__AVAILABLE DATA__:
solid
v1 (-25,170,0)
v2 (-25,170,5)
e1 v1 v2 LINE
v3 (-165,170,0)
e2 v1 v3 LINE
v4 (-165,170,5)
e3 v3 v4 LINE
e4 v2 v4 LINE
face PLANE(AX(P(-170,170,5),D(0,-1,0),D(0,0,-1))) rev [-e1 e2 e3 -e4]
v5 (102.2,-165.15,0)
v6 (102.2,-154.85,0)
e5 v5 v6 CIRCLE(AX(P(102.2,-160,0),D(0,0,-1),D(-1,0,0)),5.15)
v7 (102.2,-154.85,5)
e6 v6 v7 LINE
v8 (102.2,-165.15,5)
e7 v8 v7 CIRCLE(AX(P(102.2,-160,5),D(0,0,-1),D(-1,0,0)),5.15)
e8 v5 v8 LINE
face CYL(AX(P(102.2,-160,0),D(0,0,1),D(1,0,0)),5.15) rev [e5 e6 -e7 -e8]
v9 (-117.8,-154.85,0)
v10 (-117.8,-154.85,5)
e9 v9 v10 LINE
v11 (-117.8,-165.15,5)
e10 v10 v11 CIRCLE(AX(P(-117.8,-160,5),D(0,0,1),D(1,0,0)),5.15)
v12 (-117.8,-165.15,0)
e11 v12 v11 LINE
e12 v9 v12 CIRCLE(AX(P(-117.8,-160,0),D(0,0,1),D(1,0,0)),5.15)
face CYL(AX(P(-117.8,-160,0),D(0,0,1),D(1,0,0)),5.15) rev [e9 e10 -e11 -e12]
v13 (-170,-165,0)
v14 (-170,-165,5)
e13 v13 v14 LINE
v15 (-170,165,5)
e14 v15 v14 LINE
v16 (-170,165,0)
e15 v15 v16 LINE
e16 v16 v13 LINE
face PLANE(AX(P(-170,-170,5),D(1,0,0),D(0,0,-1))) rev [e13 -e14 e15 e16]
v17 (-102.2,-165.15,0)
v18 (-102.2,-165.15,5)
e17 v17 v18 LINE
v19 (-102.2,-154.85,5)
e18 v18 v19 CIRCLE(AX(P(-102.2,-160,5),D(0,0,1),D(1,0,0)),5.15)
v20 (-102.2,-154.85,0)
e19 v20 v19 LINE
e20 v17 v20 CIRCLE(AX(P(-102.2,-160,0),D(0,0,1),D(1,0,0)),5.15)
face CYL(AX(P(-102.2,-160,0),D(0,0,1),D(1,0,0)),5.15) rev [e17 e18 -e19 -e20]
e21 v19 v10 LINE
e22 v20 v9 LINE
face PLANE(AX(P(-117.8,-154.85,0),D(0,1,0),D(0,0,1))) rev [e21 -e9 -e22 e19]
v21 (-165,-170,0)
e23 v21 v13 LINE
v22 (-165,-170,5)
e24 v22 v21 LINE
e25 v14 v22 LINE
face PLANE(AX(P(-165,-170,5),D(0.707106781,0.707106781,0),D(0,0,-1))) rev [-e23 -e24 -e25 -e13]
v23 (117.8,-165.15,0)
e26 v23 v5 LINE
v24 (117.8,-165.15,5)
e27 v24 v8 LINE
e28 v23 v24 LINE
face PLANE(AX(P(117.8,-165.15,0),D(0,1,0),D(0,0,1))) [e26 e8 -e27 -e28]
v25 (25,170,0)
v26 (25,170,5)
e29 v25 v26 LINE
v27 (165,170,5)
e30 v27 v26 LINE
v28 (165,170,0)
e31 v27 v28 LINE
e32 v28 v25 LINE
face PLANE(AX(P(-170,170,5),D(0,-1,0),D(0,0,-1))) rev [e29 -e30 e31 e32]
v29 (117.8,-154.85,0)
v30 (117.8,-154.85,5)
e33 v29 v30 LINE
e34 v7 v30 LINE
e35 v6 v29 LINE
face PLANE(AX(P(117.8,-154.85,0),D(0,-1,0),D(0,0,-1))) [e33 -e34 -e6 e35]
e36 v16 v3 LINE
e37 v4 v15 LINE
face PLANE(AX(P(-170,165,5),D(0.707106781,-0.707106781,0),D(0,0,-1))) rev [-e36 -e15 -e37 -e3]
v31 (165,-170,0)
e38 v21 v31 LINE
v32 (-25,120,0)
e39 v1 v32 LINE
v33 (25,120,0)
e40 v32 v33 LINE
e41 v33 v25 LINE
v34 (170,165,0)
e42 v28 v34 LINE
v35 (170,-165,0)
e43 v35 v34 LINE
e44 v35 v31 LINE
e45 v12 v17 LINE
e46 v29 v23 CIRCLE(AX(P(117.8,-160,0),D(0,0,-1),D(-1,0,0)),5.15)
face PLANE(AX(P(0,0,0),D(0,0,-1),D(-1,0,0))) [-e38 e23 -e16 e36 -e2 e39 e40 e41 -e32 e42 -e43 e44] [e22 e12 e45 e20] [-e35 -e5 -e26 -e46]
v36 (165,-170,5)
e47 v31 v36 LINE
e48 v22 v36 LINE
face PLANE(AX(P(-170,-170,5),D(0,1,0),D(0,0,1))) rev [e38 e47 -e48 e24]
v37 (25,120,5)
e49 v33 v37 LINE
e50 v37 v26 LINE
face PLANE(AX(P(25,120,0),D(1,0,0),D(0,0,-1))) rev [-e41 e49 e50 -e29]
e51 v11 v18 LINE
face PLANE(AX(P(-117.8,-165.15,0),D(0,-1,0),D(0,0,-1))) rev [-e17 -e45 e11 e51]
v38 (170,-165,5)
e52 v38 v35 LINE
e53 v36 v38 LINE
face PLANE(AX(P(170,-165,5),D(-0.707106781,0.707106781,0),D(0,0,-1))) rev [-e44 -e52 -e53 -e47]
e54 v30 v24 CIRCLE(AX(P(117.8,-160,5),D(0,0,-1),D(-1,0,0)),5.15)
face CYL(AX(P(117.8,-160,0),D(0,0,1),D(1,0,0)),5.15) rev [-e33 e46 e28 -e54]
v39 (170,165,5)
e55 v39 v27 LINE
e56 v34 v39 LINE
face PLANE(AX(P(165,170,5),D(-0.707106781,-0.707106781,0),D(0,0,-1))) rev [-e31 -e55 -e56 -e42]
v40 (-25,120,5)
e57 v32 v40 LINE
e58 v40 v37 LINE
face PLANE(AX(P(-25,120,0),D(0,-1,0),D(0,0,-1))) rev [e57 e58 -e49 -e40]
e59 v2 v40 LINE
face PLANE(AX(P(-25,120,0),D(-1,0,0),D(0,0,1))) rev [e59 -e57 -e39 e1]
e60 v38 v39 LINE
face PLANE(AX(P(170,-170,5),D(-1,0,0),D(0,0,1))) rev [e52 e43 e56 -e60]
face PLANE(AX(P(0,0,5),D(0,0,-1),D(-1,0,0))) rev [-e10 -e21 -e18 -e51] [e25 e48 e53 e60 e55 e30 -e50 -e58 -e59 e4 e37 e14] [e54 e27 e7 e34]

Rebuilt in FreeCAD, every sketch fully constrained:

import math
import FreeCAD as App
import Part
import Sketcher


def edges_at(feature, points):
    """Names of the edges that pass closest to the given points."""
    edges = feature.Shape.Edges
    near = lambda p: min(range(len(edges)), key=lambda i: edges[i].distToShape(Part.Vertex(*p))[0])
    return sorted({f"Edge{near(p) + 1}" for p in points})

doc = App.newDocument("Part")
params = doc.addObject("Spreadsheet::Sheet", "Params")
for row, (alias, value) in enumerate([
    ("sketch1_width", "340 mm"),
    ("pad1_length", "5 mm"),
    ("chamfer_size", "5 mm"),
    ("sketch2_radius", "4.9 mm"),
    ("sketch2_radius2", "5.15 mm"),
    ("sketch2_width", "15.6 mm"),
    ("sketch3_width", "50 mm"),
], start=1):
    params.set(f"A{row}", alias)
    params.set(f"B{row}", "=" + value)
    params.setAlias(f"B{row}", alias)

body = doc.addObject("PartDesign::Body", "Body")

# Sketch on XY plane
sketch1 = body.newObject("Sketcher::SketchObject", "Sketch")
sketch1.AttachmentSupport = (doc.getObject("XY_Plane"), [""])
sketch1.MapMode = "FlatFace"
sketch1.addGeometry([
    Part.LineSegment(App.Vector(-170, 170, 0), App.Vector(-170, -170, 0)),
    Part.LineSegment(App.Vector(-170, -170, 0), App.Vector(170, -170, 0)),
    Part.LineSegment(App.Vector(170, -170, 0), App.Vector(170, 170, 0)),
    Part.LineSegment(App.Vector(170, 170, 0), App.Vector(-170, 170, 0)),
], False)
sketch1.addConstraint([
    Sketcher.Constraint("Coincident", 0, 2, 1, 1),
    Sketcher.Constraint("Coincident", 1, 2, 2, 1),
    Sketcher.Constraint("Coincident", 2, 2, 3, 1),
    Sketcher.Constraint("Coincident", 3, 2, 0, 1),
    Sketcher.Constraint("Vertical", 0),
    Sketcher.Constraint("Horizontal", 1),
    Sketcher.Constraint("Vertical", 2),
    Sketcher.Constraint("Horizontal", 3),
    Sketcher.Constraint("Symmetric", 0, 2, 2, 2, -1, 1),
    Sketcher.Constraint("Equal", 3, 0),
    Sketcher.Constraint("DistanceX", 1, 1, 1, 2, 340.0),
])
sketch1.setExpression("Constraints[10]", "Params.sketch1_width")
pad1 = body.newObject("PartDesign::Pad", "Pad")
pad1.Profile = sketch1
pad1.setExpression("Length", "Params.pad1_length")
doc.recompute()

chamfer = body.newObject("PartDesign::Chamfer", "Chamfer")
chamfer.Base = (pad1, edges_at(pad1, [
    (170, -170, 2.5),
    (-170, -170, 2.5),
    (-170, 170, 2.5),
    (170, 170, 2.5),
]))
chamfer.setExpression("Size", "Params.chamfer_size")

# Sketch on XY plane
sketch2 = body.newObject("Sketcher::SketchObject", "Sketch001")
sketch2.AttachmentSupport = (doc.getObject("XY_Plane"), [""])
sketch2.MapMode = "FlatFace"
sketch2.AttachmentOffset = App.Placement(App.Vector(0, 0, 5), App.Rotation())
sketch2.addGeometry([
    Part.LineSegment(App.Vector(7.8, 164.9, 0), App.Vector(-7.8, 164.9, 0)),  # 0
    Part.ArcOfCircle(Part.Circle(App.Vector(-7.8, 160, 0), App.Vector(0, 0, 1), 4.9), math.radians(90), math.radians(270)),  # 1
    Part.LineSegment(App.Vector(-7.8, 155.1, 0), App.Vector(7.8, 155.1, 0)),  # 2
    Part.ArcOfCircle(Part.Circle(App.Vector(7.8, 160, 0), App.Vector(0, 0, 1), 4.9), math.radians(-90), math.radians(90)),  # 3
    Part.LineSegment(App.Vector(-102.2, -154.8, 0), App.Vector(-117.8, -154.8, 0)),  # 4
    Part.ArcOfCircle(Part.Circle(App.Vector(-117.8, -160, 0), App.Vector(0, 0, 1), 5.2), math.radians(90), math.radians(270)),  # 5
    Part.LineSegment(App.Vector(-117.8, -165.2, 0), App.Vector(-102.2, -165.2, 0)),  # 6
    Part.ArcOfCircle(Part.Circle(App.Vector(-102.2, -160, 0), App.Vector(0, 0, 1), 5.2), math.radians(-90), math.radians(90)),  # 7
], False)
sketch2.addConstraint([
    Sketcher.Constraint("Tangent", 0, 2, 1, 1),
    Sketcher.Constraint("Tangent", 1, 2, 2, 1),
    Sketcher.Constraint("Tangent", 2, 2, 3, 1),
    Sketcher.Constraint("Tangent", 3, 2, 0, 1),
    Sketcher.Constraint("Tangent", 4, 2, 5, 1),
    Sketcher.Constraint("Tangent", 5, 2, 6, 1),
    Sketcher.Constraint("Tangent", 6, 2, 7, 1),
    Sketcher.Constraint("Tangent", 7, 2, 4, 1),
    Sketcher.Constraint("Horizontal", 0),
    Sketcher.Constraint("Horizontal", 2),
    Sketcher.Constraint("Horizontal", 4),
    Sketcher.Constraint("Horizontal", 6),
    Sketcher.Constraint("Equal", 2, 4),
    Sketcher.Constraint("Radius", 1, 4.9),
    Sketcher.Constraint("Radius", 5, 5.15),
    Sketcher.Constraint("DistanceX", 0, 2, 0, 1, 15.6),
    Sketcher.Constraint("DistanceY", -1, 1, 1, 3, 160.0),
    Sketcher.Constraint("DistanceY", 5, 3, -1, 1, 160.0),
    Sketcher.Constraint("DistanceX", 5, 3, 1, 3, 110.0),
    Sketcher.Constraint("DistanceX", 1, 3, -1, 1, 7.8),
])
sketch2.setExpression("Constraints[13]", "Params.sketch2_radius")
sketch2.setExpression("Constraints[14]", "Params.sketch2_radius2")
sketch2.setExpression("Constraints[15]", "Params.sketch2_width")
pocket1 = body.newObject("PartDesign::Pocket", "Pocket")
pocket1.Profile = sketch2
pocket1.Type = "ThroughAll"
doc.recompute()

mirrored = body.newObject("PartDesign::Mirrored", "Mirrored")
mirrored.Originals = [pocket1]
mirrored.MirrorPlane = (doc.getObject("YZ_Plane"), [""])
body.Tip = mirrored

# Sketch on XY plane
sketch3 = body.newObject("Sketcher::SketchObject", "Sketch002")
sketch3.AttachmentSupport = (doc.getObject("XY_Plane"), [""])
sketch3.MapMode = "FlatFace"
sketch3.AttachmentOffset = App.Placement(App.Vector(0, 0, 5), App.Rotation())
sketch3.addGeometry([
    Part.LineSegment(App.Vector(-25, 170, 0), App.Vector(-25, 120, 0)),
    Part.LineSegment(App.Vector(-25, 120, 0), App.Vector(25, 120, 0)),
    Part.LineSegment(App.Vector(25, 120, 0), App.Vector(25, 170, 0)),
    Part.LineSegment(App.Vector(25, 170, 0), App.Vector(-25, 170, 0)),
], False)
sketch3.addConstraint([
    Sketcher.Constraint("Coincident", 0, 2, 1, 1),
    Sketcher.Constraint("Coincident", 1, 2, 2, 1),
    Sketcher.Constraint("Coincident", 2, 2, 3, 1),
    Sketcher.Constraint("Coincident", 3, 2, 0, 1),
    Sketcher.Constraint("Vertical", 0),
    Sketcher.Constraint("Horizontal", 1),
    Sketcher.Constraint("Vertical", 2),
    Sketcher.Constraint("Horizontal", 3),
    Sketcher.Constraint("Equal", 3, 0),
    Sketcher.Constraint("DistanceX", 1, 1, 1, 2, 50.0),
    Sketcher.Constraint("DistanceX", 0, 2, -1, 1, 25.0),
    Sketcher.Constraint("DistanceY", -1, 1, 0, 2, 120.0),
])
sketch3.setExpression("Constraints[9]", "Params.sketch3_width")
pocket2 = body.newObject("PartDesign::Pocket", "Pocket001")
pocket2.Profile = sketch3
pocket2.Type = "ThroughAll"

doc.recompute()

__TASK__: In the listing above, transcribe exactly everything from the line containing "e50 v37 v26 LINE" down to the line containing "v39 (170,165,5)", including both and nothing more.

__YOUR SOLUTION__:
e50 v37 v26 LINE
face PLANE(AX(P(25,120,0),D(1,0,0),D(0,0,-1))) rev [-e41 e49 e50 -e29]
e51 v11 v18 LINE
face PLANE(AX(P(-117.8,-165.15,0),D(0,-1,0),D(0,0,-1))) rev [-e17 -e45 e11 e51]
v38 (170,-165,5)
e52 v38 v35 LINE
e53 v36 v38 LINE
face PLANE(AX(P(170,-165,5),D(-0.707106781,0.707106781,0),D(0,0,-1))) rev [-e44 -e52 -e53 -e47]
e54 v30 v24 CIRCLE(AX(P(117.8,-160,5),D(0,0,-1),D(-1,0,0)),5.15)
face CYL(AX(P(117.8,-160,0),D(0,0,1),D(1,0,0)),5.15) rev [-e33 e46 e28 -e54]
v39 (170,165,5)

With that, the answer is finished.